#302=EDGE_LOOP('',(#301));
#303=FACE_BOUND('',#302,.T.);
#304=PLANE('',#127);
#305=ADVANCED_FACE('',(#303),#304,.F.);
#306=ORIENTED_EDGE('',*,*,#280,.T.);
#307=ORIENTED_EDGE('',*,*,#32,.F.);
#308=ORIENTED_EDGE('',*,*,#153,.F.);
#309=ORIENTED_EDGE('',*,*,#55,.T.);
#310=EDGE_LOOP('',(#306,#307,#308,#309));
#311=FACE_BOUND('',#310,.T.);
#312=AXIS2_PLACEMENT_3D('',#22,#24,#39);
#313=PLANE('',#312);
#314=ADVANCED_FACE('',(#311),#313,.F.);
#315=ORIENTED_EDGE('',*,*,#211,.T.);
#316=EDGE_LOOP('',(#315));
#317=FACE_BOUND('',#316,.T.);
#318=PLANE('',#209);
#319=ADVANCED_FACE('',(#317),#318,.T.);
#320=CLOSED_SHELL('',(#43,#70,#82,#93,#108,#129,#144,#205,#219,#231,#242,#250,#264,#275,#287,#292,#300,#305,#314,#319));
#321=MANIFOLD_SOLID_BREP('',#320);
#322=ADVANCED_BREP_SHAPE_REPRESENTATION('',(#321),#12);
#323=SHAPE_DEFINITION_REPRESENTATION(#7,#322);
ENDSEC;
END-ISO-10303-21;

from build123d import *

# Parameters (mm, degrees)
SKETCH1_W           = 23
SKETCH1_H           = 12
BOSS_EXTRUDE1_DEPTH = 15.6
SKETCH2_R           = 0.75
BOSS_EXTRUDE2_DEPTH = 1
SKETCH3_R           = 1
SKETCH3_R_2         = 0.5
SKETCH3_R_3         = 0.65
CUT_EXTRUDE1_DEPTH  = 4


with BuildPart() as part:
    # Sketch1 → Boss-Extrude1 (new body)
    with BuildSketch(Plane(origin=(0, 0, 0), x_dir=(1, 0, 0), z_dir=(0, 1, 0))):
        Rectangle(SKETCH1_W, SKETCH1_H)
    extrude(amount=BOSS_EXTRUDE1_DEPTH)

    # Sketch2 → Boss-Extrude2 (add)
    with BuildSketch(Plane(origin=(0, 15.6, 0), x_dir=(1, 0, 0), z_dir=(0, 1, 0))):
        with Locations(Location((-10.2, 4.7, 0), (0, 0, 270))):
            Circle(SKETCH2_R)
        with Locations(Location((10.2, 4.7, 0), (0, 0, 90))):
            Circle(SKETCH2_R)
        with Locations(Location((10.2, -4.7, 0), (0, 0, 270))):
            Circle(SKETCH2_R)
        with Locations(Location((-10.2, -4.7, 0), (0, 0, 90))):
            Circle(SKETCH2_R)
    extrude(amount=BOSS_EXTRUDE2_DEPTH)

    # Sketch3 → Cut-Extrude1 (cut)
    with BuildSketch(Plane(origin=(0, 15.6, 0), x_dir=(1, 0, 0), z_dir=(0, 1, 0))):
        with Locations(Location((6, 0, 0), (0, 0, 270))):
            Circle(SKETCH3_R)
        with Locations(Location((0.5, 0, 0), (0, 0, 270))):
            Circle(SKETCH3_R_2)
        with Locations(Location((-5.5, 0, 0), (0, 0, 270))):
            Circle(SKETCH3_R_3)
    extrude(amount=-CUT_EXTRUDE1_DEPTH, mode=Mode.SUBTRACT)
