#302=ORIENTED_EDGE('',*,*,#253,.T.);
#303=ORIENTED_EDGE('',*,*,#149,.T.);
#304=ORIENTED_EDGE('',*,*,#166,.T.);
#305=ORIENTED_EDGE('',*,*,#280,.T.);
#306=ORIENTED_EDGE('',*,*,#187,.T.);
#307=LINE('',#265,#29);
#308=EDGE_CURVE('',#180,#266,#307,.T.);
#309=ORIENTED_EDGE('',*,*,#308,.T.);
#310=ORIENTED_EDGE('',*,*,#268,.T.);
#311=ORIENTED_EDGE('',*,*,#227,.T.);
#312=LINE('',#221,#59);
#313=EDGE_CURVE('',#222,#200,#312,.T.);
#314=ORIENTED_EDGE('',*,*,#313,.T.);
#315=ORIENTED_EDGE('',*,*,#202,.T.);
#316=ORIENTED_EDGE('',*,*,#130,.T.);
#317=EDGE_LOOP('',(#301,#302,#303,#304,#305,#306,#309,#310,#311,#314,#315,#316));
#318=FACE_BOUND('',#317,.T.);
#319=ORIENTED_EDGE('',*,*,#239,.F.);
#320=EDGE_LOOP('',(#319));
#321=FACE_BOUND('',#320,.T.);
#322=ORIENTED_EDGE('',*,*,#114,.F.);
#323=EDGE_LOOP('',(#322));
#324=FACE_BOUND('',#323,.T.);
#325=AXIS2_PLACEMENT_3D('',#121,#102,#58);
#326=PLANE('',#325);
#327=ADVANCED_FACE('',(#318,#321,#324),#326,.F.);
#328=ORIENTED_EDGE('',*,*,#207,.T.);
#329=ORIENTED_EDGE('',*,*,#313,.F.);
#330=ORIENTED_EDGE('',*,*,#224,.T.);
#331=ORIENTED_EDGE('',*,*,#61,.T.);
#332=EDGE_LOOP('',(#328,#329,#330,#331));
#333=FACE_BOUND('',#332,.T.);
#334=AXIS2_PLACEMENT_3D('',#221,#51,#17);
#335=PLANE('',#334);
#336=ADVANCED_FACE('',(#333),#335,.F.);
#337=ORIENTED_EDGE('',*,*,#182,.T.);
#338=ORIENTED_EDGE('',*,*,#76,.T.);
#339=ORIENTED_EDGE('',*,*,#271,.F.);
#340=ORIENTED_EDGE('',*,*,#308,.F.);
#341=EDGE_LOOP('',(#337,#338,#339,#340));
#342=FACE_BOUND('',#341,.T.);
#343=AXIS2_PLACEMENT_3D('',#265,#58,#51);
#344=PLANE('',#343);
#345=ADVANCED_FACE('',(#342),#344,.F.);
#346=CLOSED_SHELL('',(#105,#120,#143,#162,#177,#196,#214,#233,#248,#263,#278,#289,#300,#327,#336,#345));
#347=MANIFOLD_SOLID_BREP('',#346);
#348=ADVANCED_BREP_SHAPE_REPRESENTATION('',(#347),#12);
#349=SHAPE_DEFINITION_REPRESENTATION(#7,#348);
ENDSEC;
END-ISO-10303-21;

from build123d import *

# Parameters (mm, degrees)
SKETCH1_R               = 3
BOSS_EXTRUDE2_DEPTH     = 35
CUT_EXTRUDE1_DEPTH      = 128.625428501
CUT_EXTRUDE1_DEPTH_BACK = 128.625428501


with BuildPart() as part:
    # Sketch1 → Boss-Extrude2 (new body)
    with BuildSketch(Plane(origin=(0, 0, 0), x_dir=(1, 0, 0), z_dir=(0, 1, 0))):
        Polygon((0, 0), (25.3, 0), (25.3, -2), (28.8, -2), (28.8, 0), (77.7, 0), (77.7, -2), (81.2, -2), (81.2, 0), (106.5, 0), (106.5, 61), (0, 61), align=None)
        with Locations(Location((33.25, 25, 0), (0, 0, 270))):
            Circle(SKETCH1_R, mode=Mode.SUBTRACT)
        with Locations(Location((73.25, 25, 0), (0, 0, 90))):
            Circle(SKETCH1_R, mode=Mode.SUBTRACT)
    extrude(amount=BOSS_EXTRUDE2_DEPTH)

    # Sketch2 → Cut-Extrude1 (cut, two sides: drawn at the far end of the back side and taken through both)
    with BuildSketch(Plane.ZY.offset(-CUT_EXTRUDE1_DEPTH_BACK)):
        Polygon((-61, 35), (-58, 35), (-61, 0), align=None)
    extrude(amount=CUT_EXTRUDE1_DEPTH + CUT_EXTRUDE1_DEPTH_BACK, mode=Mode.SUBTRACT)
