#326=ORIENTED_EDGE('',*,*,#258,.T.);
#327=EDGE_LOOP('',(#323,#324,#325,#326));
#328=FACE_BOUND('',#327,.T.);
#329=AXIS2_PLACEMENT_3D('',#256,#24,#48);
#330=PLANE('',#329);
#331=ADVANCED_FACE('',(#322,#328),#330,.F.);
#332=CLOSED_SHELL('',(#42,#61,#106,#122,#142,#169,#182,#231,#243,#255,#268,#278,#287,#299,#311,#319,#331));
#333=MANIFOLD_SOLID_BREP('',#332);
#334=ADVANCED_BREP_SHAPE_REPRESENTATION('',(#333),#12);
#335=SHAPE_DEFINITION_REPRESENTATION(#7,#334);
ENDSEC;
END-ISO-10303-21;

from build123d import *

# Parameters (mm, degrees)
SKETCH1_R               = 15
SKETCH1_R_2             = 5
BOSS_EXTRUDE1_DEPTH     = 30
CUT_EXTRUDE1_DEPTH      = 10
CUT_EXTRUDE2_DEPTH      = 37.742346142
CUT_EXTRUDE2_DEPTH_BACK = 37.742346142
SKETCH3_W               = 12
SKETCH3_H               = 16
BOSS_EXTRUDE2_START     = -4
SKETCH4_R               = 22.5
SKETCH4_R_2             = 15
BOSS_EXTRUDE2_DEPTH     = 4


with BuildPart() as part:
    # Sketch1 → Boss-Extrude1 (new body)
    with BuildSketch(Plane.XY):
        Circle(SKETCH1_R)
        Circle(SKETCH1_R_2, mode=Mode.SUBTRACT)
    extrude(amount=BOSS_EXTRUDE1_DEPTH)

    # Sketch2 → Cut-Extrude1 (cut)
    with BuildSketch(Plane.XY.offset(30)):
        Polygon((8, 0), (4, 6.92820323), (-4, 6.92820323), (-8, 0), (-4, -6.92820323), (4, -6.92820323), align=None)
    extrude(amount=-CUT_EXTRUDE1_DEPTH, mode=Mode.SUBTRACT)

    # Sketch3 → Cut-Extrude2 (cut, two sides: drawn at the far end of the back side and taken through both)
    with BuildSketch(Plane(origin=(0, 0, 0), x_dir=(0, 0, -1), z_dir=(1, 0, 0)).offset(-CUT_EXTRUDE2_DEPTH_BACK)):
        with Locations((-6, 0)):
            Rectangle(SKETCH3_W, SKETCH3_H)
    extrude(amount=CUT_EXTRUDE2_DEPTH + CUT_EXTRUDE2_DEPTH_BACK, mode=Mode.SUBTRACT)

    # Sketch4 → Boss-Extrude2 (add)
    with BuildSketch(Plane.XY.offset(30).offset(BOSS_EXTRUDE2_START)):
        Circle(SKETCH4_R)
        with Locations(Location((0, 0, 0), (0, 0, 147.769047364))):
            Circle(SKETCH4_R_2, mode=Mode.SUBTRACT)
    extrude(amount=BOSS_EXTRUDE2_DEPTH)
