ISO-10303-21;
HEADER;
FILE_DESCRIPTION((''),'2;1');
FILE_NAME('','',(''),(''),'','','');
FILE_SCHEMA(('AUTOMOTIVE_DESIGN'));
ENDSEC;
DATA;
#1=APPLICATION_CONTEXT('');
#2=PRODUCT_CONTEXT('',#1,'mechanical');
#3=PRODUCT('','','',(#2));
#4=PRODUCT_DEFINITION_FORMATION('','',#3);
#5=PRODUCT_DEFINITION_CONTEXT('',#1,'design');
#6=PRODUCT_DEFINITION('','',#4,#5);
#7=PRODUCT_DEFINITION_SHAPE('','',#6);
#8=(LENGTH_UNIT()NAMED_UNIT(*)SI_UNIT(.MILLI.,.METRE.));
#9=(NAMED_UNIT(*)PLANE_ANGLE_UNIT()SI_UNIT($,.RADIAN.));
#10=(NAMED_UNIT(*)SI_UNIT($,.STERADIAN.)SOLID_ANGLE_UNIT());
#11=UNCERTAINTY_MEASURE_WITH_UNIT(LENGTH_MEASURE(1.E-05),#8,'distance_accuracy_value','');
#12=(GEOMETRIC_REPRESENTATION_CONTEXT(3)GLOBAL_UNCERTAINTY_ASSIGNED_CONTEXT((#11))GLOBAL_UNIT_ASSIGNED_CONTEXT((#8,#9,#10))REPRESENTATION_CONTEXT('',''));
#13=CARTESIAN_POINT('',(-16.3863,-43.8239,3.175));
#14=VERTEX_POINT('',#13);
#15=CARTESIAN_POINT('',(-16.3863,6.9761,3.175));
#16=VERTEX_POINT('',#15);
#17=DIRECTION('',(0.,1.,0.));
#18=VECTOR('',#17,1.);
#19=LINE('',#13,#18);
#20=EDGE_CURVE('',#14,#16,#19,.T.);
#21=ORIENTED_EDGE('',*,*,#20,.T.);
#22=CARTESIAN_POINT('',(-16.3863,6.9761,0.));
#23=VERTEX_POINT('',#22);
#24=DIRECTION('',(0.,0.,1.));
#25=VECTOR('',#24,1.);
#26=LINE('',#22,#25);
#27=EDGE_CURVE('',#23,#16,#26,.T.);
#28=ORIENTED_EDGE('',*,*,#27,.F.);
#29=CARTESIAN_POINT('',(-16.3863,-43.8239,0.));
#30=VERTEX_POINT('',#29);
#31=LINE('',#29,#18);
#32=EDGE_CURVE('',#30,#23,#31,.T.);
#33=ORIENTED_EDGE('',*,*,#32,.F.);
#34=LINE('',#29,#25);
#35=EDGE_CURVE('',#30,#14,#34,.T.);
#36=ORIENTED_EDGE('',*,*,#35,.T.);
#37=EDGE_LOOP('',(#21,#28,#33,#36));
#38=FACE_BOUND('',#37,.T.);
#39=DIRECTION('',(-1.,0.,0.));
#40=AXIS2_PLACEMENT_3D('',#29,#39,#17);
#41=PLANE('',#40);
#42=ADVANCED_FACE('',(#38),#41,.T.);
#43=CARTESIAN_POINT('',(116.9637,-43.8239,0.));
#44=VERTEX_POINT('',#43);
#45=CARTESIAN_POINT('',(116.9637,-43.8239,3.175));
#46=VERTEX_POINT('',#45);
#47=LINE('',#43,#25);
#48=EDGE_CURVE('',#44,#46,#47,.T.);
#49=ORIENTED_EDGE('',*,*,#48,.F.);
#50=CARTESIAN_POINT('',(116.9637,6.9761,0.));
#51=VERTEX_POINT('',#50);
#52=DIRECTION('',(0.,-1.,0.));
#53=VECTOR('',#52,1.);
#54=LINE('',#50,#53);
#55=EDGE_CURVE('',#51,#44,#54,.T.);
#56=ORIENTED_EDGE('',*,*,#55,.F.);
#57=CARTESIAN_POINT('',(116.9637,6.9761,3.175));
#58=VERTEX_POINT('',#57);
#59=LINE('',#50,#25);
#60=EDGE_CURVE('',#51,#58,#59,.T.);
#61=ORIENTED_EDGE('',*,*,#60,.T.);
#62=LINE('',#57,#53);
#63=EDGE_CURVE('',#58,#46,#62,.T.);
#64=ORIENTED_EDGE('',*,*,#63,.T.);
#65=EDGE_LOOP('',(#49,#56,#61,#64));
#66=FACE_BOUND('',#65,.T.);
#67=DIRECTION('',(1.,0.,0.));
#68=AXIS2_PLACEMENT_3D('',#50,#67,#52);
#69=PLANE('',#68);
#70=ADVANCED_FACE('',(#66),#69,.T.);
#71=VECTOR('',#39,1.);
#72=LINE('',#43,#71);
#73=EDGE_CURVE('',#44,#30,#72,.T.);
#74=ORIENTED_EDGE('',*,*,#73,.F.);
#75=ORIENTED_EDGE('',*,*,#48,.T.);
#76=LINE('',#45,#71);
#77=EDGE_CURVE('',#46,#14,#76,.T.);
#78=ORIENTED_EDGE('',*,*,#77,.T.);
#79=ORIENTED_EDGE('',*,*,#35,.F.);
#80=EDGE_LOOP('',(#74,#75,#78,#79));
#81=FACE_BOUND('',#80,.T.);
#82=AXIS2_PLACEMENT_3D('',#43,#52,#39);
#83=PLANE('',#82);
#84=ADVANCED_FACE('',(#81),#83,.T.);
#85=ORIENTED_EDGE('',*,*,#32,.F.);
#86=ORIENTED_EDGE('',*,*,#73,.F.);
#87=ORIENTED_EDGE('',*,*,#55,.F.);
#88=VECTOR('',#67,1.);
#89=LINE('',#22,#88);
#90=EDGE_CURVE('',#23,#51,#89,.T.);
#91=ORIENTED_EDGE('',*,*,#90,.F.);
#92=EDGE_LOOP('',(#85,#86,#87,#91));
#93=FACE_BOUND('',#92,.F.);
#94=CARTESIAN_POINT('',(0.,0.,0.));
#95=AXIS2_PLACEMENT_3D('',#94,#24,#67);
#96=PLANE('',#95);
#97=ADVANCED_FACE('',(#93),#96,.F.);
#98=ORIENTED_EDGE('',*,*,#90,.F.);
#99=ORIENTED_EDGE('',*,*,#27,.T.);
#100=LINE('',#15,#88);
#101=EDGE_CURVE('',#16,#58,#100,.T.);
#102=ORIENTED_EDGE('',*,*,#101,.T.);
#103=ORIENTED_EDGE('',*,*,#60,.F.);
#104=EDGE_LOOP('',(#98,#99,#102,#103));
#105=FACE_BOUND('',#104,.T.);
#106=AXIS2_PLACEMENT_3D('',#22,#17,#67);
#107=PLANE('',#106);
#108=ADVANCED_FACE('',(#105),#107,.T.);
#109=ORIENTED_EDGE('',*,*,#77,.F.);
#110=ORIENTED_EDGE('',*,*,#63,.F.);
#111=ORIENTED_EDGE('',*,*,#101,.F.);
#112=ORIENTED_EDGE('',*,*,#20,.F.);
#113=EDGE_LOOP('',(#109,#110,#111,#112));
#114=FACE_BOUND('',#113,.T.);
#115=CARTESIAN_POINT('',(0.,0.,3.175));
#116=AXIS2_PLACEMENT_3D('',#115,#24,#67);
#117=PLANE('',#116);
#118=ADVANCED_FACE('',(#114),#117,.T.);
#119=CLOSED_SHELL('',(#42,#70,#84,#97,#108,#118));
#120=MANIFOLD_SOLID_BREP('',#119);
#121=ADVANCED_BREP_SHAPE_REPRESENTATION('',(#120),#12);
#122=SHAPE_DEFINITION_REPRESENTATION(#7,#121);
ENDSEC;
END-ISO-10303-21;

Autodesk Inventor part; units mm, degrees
ref_plane "YZ Plane" through (0, 0, 0) normal (1, 0, 0) x (0, 1, 0)
ref_plane "XZ Plane" through (0, 0, 0) normal (0, 1, 0) x (-1, 0, 0)
ref_plane "XY Plane" through (0, 0, 0) normal (0, 0, 1) x (1, 0, 0)
sketch "Sketch1" plane through (0, 0, 0) normal (0, 0, 1) x (1, 0, 0)
  line L0 (-16.3863, 6.9761) -> (116.9637, 6.9761)
  line L1 (116.9637, 6.9761) -> (116.9637, -43.8239)
  line L2 (116.9637, -43.8239) -> (-16.3863, -43.8239)
  line L3 (-16.3863, -43.8239) -> (-16.3863, 6.9761)
  point P0 (0, 0)
  dimension "d0" = 133.35
  dimension "d1" = 50.8
extrude "Extrusion1" add sketch "Sketch1" along normal blind 3.175
properties part number "short top side 5.25x2"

* [Task]: Search the entries for "Mode" and copy each matching line.

* [Task answer]:
    extrude(amount=-CUT_EXTRUDE1_DEPTH, mode=Mode.SUBTRACT)
            Circle(SKETCH1_R, mode=Mode.SUBTRACT)
            Circle(SKETCH1_R, mode=Mode.SUBTRACT)
    extrude(amount=CUT_EXTRUDE1_DEPTH + CUT_EXTRUDE1_DEPTH_BACK, mode=Mode.SUBTRACT)
        Circle(SKETCH1_R_2, mode=Mode.SUBTRACT)
    extrude(amount=-CUT_EXTRUDE1_DEPTH, mode=Mode.SUBTRACT)
    extrude(amount=CUT_EXTRUDE2_DEPTH + CUT_EXTRUDE2_DEPTH_BACK, mode=Mode.SUBTRACT)
            Circle(SKETCH4_R_2, mode=Mode.SUBTRACT)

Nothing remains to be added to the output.